I only have a non tailing homemade version i welded up and i absolutely love it. I wanna add a much better fairlead with rollers, and thinking about doing a big rigging bollard and winch setup on a little hand cart, walk it up to the tree, lean it up, winch it tight, and then I'm all set up for all sorts of rigging scenarios in one fell swoop. I use it often with a big right angle drill, and it's just pushing a button and watching it work, especially after i added a wheelbarrow tire as a self tailer on different mounts i use with it. A good way to add a mount is to weld on a receiver tube and then use the hitch mounted base, so you can move it around as needed for different jobs. So i built a hitch base for mine too, and I liked it so much i added it as a chipper winch. I built a crane thing on it to give it lift and for lifting/loading bigger pieces and things, but even without all that it's a decent winch for a smaller chipper and smaller outfit. If you set it high enough you can use a garbage can for the rope to go in, really helps managing line when winching stuff with a drill. If you have a log arch that lifts when you push down the handle it'll work great for pulling bigger pieces and logs too, lifting most of the weight off the ground and onto the wheels and gently setting it down when the line is slacked.
Think of it as a tugger or winch, cause that's what it is. Anytime you want to pull on a line it's an option, either for pulling trees over to the lay, tensioning rigging lines, hoisting, etc. In the tree it gives you many different rigging options that were unavailable or simply too awkward to use before, and it can move material on the ground as well, and do really good at it. You can use it to winch a climber up in the tree using a rigging line, just pull slack out of your climb line as you go up so you're protected and not relying on a rigging line for life support, so it's kinda like a poor guy's power ascender. Not as good as a dedicated one I'm sure, but a free ride is a free ride, and it can be used to pull you over on traverses too. Very handy on small crews so the climber can come down at will to help or take a break, and if you're out on a limb away from your tie in point simply add a block there to redirect the rigging line and you can come right back to where you left off. To get back on top of the limb easily stop high enough to lanyard in, remove the rigging line from your bridge and run some slack down, then either use a foot ascender or a foot wrap on the rigging line to lift your feet up to the block so you can just step up and you're back on top. If it doesn't have a cleat for locking it off (would the self tailer count for that?) just learn the simple towboat hitch and you can tie it off easily just using the capstan.

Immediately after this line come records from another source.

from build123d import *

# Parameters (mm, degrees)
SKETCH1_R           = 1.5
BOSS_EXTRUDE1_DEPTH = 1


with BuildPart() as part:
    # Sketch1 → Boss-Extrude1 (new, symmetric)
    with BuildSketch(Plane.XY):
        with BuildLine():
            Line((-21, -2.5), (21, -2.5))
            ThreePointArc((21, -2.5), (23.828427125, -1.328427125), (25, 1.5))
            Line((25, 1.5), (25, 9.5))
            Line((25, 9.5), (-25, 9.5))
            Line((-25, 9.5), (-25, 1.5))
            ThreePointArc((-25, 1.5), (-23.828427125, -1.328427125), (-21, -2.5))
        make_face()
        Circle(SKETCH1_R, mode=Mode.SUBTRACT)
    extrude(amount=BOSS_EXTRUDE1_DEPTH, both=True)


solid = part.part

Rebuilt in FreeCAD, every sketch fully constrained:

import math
import FreeCAD as App
import Part
import Sketcher
from FreeCAD import Vector
Q = App.Units.Quantity

doc = App.newDocument("Part")
body = doc.addObject("PartDesign::Body", "Body")

sketch1 = doc.addObject("Sketcher::SketchObject", "Sketch")
body.addObject(sketch1)
sketch1.AttachmentSupport = (doc.XY_Plane, [""])
sketch1.MapMode = "FlatFace"
sketch1.addGeometry([
    Part.LineSegment(Vector(-21, -2.5, 0), Vector(21, -2.5, 0)),
    Part.ArcOfCircle(Part.Circle(Vector(21, 1.5, 0), Vector(0, 0, 1), 4), math.radians(-90), math.radians(0)),
    Part.LineSegment(Vector(25, 1.5, 0), Vector(25, 9.5, 0)),
    Part.LineSegment(Vector(25, 9.5, 0), Vector(-25, 9.5, 0)),
    Part.LineSegment(Vector(-25, 9.5, 0), Vector(-25, 1.5, 0)),
    Part.ArcOfCircle(Part.Circle(Vector(-21, 1.5, 0), Vector(0, 0, 1), 4), math.radians(180), math.radians(270)),
    Part.Circle(Vector(0, 0, 0), Vector(0, 0, 1), 1.5),
], False)
sketch1.addConstraint([
    Sketcher.Constraint("Tangent", 0, 2, 1, 1),
    Sketcher.Constraint("Tangent", 1, 2, 2, 1),
    Sketcher.Constraint("Coincident", 2, 2, 3, 1),
    Sketcher.Constraint("Coincident", 3, 2, 4, 1),
    Sketcher.Constraint("Tangent", 4, 2, 5, 1),
    Sketcher.Constraint("Tangent", 5, 2, 0, 1),
    Sketcher.Constraint("Horizontal", 0),
    Sketcher.Constraint("Vertical", 2),
    Sketcher.Constraint("Horizontal", 3),
    Sketcher.Constraint("Vertical", 4),
    Sketcher.Constraint("Coincident", 6, 3, -1, 1),
    Sketcher.Constraint("Equal", 1, 5),
    Sketcher.Constraint("Diameter", 6, Q("3 mm")),
    Sketcher.Constraint("Radius", 1, Q("4 mm")),
    Sketcher.Constraint("DistanceX", 0, 1, 0, 2, Q("42 mm")),
    Sketcher.Constraint("DistanceY", 2, 1, 2, 2, Q("8 mm")),
    Sketcher.Constraint("DistanceX", -1, 1, 1, 3, Q("21 mm")),
    Sketcher.Constraint("DistanceY", -1, 1, 1, 3, Q("1.5 mm")),
])
pad1 = doc.addObject("PartDesign::Pad", "Pad")
body.addObject(pad1)
pad1.Profile = sketch1
pad1.Length = 2
pad1.Midplane = True

doc.recompute()
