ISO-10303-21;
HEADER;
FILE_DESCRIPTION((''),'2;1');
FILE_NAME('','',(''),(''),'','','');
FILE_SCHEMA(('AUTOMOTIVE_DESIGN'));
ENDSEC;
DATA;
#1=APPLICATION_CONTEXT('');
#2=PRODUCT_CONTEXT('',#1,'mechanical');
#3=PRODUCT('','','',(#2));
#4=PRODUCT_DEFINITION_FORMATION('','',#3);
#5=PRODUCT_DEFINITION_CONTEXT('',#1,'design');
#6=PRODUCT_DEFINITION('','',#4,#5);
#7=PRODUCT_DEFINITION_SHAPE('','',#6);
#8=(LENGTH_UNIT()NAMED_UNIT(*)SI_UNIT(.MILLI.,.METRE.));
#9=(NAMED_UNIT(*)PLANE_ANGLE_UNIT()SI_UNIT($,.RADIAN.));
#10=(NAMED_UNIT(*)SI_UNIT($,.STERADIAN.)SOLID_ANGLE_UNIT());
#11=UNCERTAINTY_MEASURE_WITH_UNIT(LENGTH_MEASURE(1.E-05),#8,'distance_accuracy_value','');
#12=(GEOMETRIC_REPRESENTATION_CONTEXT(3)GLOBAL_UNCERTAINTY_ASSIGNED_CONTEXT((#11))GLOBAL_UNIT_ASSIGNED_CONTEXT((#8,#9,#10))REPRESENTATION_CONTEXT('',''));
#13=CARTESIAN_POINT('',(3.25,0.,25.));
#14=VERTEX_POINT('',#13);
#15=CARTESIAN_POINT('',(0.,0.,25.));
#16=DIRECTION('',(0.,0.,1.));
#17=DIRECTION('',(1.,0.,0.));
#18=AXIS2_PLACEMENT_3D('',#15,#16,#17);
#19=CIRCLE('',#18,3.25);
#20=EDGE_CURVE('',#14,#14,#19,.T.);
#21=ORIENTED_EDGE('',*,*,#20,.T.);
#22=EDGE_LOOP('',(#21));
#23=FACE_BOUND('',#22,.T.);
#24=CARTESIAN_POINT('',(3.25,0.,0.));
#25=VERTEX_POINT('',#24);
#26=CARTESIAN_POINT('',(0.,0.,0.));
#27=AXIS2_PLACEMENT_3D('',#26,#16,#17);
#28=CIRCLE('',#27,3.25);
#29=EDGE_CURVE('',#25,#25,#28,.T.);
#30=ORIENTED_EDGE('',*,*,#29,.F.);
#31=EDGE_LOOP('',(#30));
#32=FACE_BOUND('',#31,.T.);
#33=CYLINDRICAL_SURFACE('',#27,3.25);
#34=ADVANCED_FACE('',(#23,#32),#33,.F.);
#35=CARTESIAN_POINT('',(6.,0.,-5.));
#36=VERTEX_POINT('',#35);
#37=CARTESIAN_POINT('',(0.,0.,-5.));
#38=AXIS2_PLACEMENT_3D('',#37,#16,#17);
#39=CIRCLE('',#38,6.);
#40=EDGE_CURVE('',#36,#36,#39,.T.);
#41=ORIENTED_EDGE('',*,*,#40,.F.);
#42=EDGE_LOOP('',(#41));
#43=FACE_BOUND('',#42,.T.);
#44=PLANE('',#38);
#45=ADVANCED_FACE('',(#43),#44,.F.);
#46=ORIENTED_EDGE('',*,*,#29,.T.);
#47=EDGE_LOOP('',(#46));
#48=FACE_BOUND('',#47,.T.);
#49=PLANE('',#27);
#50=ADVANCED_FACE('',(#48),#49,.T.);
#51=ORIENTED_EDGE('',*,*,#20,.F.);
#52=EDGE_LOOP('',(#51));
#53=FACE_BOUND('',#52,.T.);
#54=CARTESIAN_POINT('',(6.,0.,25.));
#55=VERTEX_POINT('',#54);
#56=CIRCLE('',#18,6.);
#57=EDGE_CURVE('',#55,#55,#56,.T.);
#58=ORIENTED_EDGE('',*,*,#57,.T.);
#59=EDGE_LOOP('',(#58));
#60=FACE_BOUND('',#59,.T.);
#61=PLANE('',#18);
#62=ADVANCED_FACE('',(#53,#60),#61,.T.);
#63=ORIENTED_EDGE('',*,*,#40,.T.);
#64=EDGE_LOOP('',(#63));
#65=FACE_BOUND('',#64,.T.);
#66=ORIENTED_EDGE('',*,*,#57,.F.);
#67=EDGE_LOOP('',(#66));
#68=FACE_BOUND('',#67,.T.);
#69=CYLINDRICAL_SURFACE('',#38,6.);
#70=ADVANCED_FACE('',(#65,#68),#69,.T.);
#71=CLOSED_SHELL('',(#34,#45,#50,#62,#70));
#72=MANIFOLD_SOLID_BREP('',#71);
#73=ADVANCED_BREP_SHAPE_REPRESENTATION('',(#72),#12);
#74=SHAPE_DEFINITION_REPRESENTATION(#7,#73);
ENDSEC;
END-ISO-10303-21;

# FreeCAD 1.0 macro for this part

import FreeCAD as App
import Part
import Sketcher

doc = App.newDocument("Part")
body = doc.addObject("PartDesign::Body", "Body")

# Sketch on XY plane
sketch1 = body.newObject("Sketcher::SketchObject", "Sketch")
sketch1.AttachmentSupport = (doc.getObject("XY_Plane"), [""])
sketch1.MapMode = "FlatFace"
sketch1.addGeometry(Part.Circle(App.Vector(0, 0, 0), App.Vector(0, 0, 1), 6), False)
sketch1.addConstraint([
    Sketcher.Constraint("Coincident", 0, 3, -1, 1),
    Sketcher.Constraint("Diameter", 0, 12.0),
])
pad1 = body.newObject("PartDesign::Pad", "Pad")
pad1.Profile = sketch1
pad1.Type = "TwoLengths"
pad1.Length = 25
pad1.Length2 = 5

# Sketch on XY plane
sketch2 = body.newObject("Sketcher::SketchObject", "Sketch001")
sketch2.AttachmentSupport = (doc.getObject("XY_Plane"), [""])
sketch2.MapMode = "FlatFace"
sketch2.AttachmentOffset = App.Placement(App.Vector(0, 0, 25), App.Rotation())
sketch2.addGeometry(Part.Circle(App.Vector(0, 0, 0), App.Vector(0, 0, 1), 3.2), False)
sketch2.addConstraint([
    Sketcher.Constraint("Coincident", 0, 3, -1, 1),
    Sketcher.Constraint("Diameter", 0, 6.5),
])
pocket1 = body.newObject("PartDesign::Pocket", "Pocket")
pocket1.Profile = sketch2
pocket1.Length = 25

doc.recompute()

You can also rig up a rudimentary boom off of a tree for lifting, swinging, and loading stuff, I've done that on jobs before to use as a crane to load the logs and brush bundles right off the arbor trolley onto a truck or trailer, which could save you a trip if it's a smaller job and you didn't bring a mini or something, or even worse no access. Use the grcs as the load (or hoist) line if not booming up, or even as the luffing line and lower the hoist line with a different friction device if you need to boom up for what you're doing. You would be amazed at how well a little derrick rigged up with simple components can be, and with a grcs and a drill and ideally another friction device to raise and lower the boom you have all you need for a rudimentary crane, and with a chainfall or similar (masdam puller maybe?) you can even luff the boom under load (raise and lower it).
It's a similar technique as lifting a limb off of a structure, where you lift the tips with the grcs after rigging the butt up to hold it up and control it, and then pull it around with tag lines. The last 4 pictures are when i had to do exactly that on my house when i was sick, rigged it all from the ground and picked it up, swung it to an open area, then lowered it, easy peasy even when i couldn't physically do much at all. When I'm wanting to swing branches over a structure I'll do the same thing, and since you can lift up and take the weight you can easily control the position of the tips and lift enough to get past other obstructions like a chimney. Since it can raise limb tips you can also break off snap type cuts after the climber repositions into a safe location, and can even rock it back and forth by pulling and lowering a few times if it wants to hold on. Tag lines are also a huge help with this sometimes, and with 2 of them opposing each other you have total control of a limb. Another good trick when swinging leads like that is to clove hitch the limb where you want to tie it on the top, and catch the tips with the tail of the rope and let it just hang, sometimes even with a few speedline slings if you can't take it all at once. This moves the center of gravity between your 2 rigging points because you no longer have the leverage past the end, but rather at the end, so you sometimes don't even have to climb way out to make sure you're not gonna tip it on the structure.